• [Required action] Retype exactly the lines that run from the start of the data to the line holding "v -50.185 0 -55.736", including both, and only those.

• [Input data]
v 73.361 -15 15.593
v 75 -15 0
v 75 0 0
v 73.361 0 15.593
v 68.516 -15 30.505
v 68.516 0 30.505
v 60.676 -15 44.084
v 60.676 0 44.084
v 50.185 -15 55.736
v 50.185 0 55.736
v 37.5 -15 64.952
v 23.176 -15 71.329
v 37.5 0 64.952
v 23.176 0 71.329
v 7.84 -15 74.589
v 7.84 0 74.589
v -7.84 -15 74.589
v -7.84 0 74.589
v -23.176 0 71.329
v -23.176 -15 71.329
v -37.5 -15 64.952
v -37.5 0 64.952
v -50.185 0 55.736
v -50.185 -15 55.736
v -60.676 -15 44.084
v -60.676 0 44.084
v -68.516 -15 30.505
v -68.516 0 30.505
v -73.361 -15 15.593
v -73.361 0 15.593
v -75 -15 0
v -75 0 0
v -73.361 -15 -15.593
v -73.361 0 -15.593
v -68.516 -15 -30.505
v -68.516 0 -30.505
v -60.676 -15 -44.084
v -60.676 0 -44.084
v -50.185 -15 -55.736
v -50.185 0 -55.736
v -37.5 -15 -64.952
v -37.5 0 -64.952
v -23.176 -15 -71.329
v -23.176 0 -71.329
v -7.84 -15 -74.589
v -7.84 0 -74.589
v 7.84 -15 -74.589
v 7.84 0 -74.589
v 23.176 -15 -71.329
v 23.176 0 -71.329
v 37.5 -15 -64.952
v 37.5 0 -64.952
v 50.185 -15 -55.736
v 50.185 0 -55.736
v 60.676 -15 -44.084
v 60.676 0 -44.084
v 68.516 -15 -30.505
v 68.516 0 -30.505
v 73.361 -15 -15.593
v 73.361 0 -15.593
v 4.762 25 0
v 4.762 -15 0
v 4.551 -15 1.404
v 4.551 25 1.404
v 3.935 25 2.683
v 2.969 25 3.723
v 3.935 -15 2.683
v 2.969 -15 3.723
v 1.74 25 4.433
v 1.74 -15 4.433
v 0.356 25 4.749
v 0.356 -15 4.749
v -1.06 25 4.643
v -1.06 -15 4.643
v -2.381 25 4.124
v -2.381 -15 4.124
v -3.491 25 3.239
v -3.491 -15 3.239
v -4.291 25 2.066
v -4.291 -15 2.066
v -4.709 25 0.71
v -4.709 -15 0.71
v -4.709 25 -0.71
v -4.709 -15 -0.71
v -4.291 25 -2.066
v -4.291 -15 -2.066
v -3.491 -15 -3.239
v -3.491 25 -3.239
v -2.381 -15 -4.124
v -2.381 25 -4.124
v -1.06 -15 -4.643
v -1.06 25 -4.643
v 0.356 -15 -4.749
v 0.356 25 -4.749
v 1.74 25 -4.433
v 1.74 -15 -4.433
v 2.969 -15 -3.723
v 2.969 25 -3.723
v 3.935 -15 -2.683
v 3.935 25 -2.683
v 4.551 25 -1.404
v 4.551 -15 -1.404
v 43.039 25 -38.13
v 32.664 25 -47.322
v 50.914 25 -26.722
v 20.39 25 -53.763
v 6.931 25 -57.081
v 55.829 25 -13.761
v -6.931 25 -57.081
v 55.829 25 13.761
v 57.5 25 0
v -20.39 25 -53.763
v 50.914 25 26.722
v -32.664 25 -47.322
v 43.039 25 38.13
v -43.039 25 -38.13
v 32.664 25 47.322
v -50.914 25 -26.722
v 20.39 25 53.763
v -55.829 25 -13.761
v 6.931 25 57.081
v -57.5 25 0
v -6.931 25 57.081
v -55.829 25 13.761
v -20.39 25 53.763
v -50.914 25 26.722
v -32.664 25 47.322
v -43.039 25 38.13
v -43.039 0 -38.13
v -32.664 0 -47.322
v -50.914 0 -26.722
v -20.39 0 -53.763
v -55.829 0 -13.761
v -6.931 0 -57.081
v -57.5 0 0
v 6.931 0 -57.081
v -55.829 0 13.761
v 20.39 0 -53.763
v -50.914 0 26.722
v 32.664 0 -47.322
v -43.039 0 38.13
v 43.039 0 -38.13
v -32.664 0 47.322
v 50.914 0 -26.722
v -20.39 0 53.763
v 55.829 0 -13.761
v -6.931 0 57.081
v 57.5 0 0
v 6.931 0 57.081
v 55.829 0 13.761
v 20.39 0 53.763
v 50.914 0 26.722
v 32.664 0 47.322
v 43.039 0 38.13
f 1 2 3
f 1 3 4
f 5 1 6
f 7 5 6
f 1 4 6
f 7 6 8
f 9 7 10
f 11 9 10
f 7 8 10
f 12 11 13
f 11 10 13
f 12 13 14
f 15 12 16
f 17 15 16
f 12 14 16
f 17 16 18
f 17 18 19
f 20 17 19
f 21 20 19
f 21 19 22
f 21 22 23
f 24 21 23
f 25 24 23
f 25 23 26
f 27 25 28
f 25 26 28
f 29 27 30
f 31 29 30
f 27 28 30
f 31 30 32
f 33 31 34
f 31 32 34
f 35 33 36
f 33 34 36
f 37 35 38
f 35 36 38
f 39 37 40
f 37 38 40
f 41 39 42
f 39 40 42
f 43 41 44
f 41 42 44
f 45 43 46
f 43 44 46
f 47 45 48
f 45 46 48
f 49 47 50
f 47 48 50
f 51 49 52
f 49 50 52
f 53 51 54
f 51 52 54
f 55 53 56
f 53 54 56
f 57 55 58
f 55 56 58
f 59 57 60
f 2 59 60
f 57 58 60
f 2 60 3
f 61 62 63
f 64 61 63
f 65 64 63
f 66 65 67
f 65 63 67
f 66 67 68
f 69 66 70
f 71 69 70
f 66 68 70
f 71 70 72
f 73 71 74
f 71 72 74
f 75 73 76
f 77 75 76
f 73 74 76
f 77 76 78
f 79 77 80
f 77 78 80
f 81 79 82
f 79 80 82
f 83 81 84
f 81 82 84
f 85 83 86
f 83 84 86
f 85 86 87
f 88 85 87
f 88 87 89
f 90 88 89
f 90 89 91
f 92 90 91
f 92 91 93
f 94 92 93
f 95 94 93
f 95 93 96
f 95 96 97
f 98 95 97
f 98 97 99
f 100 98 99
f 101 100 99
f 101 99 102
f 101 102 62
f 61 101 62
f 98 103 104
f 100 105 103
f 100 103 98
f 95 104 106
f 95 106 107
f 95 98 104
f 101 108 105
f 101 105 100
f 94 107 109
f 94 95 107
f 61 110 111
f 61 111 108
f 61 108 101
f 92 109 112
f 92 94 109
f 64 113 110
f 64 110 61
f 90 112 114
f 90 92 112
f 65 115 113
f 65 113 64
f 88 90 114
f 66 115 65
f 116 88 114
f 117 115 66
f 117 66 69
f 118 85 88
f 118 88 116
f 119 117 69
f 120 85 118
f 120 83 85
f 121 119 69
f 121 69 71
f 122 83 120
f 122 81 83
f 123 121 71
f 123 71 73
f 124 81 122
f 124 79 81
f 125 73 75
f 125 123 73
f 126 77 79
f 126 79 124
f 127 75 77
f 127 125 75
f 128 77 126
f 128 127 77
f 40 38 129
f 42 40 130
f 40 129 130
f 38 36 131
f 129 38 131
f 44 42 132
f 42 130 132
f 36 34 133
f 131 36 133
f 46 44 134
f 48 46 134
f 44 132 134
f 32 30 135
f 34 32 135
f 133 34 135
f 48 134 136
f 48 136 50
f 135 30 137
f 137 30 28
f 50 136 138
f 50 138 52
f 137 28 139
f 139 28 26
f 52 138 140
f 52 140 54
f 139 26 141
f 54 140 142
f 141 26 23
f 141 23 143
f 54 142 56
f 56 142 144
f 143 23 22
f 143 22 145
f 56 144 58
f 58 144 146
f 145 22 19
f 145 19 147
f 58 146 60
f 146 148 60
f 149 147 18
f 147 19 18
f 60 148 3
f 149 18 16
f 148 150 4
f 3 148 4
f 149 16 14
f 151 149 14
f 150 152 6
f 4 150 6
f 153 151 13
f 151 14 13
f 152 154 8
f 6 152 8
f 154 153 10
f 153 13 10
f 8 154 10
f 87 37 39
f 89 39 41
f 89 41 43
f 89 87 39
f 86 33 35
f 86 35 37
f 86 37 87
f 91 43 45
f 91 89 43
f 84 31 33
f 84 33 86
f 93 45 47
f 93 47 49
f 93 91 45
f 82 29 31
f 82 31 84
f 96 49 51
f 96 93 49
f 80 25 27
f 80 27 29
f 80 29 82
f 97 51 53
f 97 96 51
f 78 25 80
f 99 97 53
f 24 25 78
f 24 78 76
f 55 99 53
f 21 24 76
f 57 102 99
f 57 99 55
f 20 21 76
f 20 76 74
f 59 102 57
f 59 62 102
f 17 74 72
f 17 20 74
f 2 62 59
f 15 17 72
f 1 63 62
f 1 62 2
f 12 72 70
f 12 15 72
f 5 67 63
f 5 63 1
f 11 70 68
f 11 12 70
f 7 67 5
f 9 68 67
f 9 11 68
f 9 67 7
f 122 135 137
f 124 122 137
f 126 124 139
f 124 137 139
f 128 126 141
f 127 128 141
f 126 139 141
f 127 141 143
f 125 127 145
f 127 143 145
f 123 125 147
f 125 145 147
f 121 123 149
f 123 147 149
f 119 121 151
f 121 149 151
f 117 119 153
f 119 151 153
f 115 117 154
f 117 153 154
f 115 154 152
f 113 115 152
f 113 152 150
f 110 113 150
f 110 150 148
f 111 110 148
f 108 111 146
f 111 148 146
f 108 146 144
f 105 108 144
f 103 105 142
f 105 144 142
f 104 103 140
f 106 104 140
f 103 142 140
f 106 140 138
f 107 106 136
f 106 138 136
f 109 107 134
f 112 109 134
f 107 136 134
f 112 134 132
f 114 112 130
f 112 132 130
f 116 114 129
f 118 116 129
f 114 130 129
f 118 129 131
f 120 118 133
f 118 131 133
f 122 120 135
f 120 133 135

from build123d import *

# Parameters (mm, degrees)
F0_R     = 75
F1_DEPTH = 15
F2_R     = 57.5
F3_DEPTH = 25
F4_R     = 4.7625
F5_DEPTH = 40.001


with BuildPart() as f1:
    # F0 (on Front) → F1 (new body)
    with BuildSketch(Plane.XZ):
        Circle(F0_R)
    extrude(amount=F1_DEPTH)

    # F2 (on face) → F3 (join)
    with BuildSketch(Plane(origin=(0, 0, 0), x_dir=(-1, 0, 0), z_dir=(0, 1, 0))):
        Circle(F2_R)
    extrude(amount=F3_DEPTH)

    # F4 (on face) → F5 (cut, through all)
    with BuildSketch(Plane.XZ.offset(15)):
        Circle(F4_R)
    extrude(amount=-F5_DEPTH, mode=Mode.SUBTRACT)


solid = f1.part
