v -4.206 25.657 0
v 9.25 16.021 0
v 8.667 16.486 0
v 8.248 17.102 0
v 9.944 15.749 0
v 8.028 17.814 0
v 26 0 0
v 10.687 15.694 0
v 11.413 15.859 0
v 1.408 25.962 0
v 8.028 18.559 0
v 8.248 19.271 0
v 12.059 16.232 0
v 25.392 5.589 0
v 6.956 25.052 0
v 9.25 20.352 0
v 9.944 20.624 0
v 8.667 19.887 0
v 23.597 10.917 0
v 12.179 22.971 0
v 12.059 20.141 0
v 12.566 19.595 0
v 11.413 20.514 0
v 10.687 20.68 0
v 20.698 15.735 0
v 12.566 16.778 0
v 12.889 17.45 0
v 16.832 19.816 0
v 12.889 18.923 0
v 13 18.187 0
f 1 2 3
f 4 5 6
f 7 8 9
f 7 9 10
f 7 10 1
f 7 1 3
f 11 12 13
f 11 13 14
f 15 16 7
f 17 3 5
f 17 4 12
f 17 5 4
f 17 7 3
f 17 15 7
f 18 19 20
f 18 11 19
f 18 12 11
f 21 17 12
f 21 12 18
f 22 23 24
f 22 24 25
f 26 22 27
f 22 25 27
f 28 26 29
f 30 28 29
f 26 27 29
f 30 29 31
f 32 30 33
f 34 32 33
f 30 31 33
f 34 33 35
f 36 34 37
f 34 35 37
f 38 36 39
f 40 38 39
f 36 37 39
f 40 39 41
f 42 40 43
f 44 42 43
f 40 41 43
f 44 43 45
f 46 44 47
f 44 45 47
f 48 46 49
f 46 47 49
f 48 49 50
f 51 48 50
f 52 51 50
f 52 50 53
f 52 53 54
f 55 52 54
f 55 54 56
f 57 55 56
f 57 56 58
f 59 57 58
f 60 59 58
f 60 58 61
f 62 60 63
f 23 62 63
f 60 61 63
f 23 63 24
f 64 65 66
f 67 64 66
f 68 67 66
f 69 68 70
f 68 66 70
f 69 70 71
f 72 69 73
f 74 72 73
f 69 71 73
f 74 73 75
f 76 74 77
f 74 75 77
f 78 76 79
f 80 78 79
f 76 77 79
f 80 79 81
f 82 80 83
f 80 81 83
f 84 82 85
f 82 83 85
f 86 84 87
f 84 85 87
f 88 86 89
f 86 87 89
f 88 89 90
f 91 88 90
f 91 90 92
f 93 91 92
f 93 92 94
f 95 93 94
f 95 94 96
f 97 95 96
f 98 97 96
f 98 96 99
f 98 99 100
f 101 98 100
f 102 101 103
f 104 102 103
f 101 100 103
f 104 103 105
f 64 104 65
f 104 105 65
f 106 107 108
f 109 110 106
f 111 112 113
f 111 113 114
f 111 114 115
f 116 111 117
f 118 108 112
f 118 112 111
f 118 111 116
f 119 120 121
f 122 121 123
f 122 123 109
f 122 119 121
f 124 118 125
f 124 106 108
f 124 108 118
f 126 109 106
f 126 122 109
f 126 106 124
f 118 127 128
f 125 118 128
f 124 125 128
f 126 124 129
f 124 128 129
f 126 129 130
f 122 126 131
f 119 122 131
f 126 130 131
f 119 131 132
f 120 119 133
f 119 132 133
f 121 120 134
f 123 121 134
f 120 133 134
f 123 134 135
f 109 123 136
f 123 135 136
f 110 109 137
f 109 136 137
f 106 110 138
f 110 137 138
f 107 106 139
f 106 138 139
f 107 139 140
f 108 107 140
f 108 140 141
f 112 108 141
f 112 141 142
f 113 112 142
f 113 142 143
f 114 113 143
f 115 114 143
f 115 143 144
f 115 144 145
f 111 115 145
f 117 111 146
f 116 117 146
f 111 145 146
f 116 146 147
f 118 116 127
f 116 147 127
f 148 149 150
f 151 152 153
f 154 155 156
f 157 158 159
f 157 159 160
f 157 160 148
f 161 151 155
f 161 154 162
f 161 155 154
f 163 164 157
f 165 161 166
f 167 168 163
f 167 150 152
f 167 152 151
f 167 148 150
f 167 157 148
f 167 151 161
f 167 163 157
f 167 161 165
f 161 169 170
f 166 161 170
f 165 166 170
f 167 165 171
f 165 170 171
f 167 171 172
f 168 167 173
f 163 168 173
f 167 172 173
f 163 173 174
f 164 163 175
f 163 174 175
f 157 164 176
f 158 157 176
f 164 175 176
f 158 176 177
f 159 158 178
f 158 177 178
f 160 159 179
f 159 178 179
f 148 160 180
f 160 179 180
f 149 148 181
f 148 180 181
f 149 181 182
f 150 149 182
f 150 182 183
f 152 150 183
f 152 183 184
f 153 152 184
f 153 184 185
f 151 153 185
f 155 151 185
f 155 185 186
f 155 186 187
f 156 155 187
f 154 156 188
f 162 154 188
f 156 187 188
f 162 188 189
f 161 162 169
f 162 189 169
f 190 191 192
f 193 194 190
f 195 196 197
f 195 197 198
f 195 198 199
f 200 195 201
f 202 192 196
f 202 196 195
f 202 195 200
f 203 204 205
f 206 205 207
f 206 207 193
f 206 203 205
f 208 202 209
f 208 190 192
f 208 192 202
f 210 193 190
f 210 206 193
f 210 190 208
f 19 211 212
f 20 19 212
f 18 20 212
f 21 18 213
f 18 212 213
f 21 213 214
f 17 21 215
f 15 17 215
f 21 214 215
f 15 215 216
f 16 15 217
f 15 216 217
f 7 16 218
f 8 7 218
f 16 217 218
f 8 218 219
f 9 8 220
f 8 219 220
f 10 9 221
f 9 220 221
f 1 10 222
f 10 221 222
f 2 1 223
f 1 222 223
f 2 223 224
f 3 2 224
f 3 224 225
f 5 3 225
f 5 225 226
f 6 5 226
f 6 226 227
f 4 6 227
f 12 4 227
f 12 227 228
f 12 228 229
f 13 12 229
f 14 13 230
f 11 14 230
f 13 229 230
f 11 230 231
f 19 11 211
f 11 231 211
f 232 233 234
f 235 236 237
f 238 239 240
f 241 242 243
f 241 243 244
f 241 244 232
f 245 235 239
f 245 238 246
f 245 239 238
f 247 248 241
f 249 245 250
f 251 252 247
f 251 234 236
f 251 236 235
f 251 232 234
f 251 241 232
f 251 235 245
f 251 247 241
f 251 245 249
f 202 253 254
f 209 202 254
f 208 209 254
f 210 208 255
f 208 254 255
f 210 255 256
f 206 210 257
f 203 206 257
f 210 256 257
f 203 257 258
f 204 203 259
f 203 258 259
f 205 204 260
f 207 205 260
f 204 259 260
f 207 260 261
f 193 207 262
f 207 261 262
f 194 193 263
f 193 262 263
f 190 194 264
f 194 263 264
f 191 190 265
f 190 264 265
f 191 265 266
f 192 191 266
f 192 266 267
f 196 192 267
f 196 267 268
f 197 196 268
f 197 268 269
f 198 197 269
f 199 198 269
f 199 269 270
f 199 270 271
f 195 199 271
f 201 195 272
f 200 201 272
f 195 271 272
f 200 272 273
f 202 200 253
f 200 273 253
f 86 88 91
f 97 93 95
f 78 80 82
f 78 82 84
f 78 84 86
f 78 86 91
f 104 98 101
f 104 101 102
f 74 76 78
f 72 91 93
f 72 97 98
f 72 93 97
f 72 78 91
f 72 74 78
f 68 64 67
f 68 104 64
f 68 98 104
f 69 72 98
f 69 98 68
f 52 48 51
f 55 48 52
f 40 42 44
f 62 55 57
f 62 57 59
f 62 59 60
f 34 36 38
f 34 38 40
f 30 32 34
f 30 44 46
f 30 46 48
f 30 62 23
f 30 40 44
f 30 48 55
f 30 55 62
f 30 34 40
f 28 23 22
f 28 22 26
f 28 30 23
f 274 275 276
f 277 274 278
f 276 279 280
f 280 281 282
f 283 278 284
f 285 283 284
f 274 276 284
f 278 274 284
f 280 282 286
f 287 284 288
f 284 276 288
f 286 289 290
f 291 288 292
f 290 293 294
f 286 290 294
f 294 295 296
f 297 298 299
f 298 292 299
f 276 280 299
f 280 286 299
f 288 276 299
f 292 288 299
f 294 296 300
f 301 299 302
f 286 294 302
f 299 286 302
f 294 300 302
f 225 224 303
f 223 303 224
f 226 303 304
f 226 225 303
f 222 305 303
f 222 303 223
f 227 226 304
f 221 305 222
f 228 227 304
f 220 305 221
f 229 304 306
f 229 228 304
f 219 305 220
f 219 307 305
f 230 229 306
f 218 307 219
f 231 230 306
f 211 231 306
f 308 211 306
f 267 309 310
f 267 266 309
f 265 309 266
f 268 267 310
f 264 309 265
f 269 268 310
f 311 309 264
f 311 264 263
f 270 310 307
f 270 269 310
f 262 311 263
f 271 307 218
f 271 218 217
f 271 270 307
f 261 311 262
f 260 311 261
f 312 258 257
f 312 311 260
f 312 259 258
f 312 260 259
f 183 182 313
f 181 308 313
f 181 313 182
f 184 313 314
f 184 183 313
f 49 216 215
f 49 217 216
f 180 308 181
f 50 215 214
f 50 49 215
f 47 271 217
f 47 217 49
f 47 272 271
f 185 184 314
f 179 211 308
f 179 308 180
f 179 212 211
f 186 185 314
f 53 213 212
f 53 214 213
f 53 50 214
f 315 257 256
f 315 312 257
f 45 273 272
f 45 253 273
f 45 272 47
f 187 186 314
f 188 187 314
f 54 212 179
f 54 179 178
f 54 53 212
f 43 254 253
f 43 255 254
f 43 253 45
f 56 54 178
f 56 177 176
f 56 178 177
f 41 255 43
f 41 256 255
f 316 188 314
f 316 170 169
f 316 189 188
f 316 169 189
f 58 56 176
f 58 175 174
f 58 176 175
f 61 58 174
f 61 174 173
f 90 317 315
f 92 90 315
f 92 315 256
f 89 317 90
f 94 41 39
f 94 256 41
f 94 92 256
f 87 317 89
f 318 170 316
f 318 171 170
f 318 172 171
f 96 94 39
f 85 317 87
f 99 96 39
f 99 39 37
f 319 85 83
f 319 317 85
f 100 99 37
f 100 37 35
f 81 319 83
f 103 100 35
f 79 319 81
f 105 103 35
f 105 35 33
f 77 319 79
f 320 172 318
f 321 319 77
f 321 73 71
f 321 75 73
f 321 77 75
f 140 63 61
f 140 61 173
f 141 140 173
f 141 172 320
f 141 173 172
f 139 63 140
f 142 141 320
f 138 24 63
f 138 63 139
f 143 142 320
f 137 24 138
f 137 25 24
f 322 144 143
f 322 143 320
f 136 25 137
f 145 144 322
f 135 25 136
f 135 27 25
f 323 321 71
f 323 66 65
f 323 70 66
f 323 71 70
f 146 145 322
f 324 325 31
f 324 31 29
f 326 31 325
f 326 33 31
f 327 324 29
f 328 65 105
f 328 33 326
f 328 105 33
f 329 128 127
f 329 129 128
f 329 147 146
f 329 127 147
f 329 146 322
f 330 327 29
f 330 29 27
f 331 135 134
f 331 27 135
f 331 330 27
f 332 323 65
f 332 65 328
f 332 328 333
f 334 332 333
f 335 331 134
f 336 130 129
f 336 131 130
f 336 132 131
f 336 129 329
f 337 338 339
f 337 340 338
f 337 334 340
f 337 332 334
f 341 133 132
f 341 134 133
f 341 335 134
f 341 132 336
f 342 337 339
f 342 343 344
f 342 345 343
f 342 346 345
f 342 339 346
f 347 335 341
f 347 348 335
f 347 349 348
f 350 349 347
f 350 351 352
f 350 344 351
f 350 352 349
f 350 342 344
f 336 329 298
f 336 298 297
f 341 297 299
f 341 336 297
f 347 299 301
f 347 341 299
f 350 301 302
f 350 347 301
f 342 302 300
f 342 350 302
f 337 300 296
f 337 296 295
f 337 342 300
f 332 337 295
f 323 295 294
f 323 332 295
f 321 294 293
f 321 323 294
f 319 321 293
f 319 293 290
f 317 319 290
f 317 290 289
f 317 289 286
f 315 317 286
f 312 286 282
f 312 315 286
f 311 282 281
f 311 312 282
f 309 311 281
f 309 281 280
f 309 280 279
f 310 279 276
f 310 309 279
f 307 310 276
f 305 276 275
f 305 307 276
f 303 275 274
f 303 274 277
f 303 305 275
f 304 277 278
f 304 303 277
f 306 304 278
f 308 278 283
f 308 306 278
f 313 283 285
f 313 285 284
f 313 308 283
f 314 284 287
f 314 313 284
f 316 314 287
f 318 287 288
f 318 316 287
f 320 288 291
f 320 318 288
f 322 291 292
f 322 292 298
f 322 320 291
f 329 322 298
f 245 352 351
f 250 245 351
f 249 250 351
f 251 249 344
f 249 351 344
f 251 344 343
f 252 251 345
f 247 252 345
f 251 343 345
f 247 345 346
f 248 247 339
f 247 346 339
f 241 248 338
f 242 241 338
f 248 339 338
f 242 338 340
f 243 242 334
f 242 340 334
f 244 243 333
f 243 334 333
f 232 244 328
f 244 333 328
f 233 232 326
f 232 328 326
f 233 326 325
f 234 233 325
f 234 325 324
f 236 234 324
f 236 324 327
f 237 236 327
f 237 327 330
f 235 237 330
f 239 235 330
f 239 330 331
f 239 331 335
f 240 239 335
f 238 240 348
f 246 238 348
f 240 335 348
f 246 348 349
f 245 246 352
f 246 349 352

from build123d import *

• [Solution below]
v 73.361 -15 15.593
v 75 -15 0
v 75 0 0
v 73.361 0 15.593
v 68.516 -15 30.505
v 68.516 0 30.505
v 60.676 -15 44.084
v 60.676 0 44.084
v 50.185 -15 55.736
v 50.185 0 55.736
v 37.5 -15 64.952
v 23.176 -15 71.329
v 37.5 0 64.952
v 23.176 0 71.329
v 7.84 -15 74.589
v 7.84 0 74.589
v -7.84 -15 74.589
v -7.84 0 74.589
v -23.176 0 71.329
v -23.176 -15 71.329
v -37.5 -15 64.952
v -37.5 0 64.952
v -50.185 0 55.736
v -50.185 -15 55.736
v -60.676 -15 44.084
v -60.676 0 44.084
v -68.516 -15 30.505
v -68.516 0 30.505
v -73.361 -15 15.593
v -73.361 0 15.593
v -75 -15 0
v -75 0 0
v -73.361 -15 -15.593
v -73.361 0 -15.593
v -68.516 -15 -30.505
v -68.516 0 -30.505
v -60.676 -15 -44.084
v -60.676 0 -44.084
v -50.185 -15 -55.736
v -50.185 0 -55.736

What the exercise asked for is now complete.